Task
Return the run of lines below that opens with the line containing "0) x (-1, 0, 0)" and closes with the line containing "line L5 (0, 0.8772) -> (0, 1.9)", keeping each one exact.

Data for the task
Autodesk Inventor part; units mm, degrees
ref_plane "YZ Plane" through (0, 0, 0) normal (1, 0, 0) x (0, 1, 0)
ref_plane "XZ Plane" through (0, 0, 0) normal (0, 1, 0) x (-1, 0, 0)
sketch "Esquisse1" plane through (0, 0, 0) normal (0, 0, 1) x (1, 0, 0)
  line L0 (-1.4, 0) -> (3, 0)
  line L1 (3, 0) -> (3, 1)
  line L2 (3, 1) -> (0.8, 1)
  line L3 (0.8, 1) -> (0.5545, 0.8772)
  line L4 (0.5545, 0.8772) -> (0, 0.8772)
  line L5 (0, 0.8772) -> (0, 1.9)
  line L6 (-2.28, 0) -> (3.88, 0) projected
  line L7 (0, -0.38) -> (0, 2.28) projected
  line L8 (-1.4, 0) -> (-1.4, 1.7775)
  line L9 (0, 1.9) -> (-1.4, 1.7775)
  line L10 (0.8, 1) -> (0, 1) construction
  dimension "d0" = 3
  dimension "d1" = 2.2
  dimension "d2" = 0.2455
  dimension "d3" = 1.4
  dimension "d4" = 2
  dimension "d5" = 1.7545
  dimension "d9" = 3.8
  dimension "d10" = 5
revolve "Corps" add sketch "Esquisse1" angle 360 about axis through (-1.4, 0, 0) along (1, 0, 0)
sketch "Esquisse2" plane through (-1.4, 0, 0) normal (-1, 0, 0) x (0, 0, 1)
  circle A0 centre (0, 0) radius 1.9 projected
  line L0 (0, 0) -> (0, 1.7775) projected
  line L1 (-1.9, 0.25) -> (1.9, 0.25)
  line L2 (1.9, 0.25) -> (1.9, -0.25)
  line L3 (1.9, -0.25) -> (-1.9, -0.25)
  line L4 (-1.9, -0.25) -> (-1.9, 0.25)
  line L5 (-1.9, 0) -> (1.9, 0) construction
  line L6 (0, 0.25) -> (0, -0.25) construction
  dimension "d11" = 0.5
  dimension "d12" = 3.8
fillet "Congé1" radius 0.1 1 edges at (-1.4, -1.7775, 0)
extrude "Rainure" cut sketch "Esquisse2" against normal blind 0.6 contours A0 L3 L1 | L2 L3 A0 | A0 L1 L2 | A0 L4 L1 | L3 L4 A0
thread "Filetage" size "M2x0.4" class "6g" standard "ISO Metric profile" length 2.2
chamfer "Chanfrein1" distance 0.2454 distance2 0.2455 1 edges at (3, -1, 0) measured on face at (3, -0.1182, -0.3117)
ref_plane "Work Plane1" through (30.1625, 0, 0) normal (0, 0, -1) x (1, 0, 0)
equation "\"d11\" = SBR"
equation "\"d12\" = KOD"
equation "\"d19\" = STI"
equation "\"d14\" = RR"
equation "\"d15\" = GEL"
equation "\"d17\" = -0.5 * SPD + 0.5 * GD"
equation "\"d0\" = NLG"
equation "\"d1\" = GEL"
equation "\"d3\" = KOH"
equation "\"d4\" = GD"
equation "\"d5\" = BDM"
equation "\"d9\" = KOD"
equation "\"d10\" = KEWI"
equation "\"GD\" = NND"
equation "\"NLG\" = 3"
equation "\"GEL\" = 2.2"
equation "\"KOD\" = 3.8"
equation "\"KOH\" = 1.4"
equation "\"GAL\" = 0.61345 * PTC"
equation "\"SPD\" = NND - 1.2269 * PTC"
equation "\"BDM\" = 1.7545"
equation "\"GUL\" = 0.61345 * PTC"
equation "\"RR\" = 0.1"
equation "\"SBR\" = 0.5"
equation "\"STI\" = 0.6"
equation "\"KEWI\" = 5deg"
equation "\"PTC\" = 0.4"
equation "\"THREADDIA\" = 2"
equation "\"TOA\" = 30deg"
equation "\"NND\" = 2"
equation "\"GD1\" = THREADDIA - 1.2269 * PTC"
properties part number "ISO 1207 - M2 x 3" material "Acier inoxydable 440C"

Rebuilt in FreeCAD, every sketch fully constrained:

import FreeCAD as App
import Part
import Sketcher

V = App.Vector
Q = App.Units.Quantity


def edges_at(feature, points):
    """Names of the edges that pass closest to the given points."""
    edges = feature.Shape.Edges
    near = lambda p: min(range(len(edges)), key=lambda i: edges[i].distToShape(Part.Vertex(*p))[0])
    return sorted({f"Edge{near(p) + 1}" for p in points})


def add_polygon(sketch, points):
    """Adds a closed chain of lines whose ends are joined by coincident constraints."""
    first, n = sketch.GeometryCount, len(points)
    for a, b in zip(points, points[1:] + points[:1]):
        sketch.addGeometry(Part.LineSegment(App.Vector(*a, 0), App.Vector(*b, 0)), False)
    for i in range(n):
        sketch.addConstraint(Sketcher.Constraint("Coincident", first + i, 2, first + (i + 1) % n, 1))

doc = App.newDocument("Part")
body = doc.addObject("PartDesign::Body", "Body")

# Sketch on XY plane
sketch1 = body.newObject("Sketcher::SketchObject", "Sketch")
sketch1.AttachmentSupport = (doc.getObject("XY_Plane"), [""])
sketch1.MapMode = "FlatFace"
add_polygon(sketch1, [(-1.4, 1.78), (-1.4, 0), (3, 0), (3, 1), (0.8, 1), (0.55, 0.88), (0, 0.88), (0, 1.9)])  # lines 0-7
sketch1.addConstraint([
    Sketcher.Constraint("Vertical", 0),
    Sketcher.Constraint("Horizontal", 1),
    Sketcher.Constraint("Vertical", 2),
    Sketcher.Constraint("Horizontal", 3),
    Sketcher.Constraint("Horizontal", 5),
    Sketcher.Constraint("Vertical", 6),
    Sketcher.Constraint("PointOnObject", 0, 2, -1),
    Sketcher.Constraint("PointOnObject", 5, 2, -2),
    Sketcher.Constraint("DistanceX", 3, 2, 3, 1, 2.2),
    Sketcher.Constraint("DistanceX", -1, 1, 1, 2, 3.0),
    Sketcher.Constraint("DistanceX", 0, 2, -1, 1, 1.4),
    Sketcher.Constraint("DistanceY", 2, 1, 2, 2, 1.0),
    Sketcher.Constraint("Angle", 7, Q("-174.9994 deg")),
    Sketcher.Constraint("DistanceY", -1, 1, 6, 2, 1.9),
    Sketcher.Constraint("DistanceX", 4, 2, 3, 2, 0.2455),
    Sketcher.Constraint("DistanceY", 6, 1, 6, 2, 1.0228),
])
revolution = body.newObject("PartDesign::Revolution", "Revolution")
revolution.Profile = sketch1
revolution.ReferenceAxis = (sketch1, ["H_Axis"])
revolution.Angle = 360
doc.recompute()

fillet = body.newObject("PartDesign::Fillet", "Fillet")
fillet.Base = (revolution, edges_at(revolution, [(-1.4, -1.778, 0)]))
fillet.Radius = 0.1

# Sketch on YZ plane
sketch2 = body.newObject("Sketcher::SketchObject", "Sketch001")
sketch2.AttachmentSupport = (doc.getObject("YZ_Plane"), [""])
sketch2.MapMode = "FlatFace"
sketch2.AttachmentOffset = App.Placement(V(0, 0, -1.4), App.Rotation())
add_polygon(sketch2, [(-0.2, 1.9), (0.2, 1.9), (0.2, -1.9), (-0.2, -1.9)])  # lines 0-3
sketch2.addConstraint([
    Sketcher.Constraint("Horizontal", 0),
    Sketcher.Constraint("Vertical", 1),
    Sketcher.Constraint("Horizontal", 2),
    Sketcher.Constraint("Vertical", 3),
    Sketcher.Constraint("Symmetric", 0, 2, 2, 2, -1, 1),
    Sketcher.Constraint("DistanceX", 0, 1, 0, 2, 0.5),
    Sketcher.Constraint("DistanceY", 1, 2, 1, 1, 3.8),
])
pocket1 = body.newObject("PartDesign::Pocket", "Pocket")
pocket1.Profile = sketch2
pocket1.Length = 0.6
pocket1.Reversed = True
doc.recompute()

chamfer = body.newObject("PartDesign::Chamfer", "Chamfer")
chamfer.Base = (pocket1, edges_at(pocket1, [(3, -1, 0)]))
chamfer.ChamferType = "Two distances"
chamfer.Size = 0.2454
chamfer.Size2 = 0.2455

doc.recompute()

Answer section
ref_plane "XZ Plane" through (0, 0, 0) normal (0, 1, 0) x (-1, 0, 0)
sketch "Esquisse1" plane through (0, 0, 0) normal (0, 0, 1) x (1, 0, 0)
  line L0 (-1.4, 0) -> (3, 0)
  line L1 (3, 0) -> (3, 1)
  line L2 (3, 1) -> (0.8, 1)
  line L3 (0.8, 1) -> (0.5545, 0.8772)
  line L4 (0.5545, 0.8772) -> (0, 0.8772)
  line L5 (0, 0.8772) -> (0, 1.9)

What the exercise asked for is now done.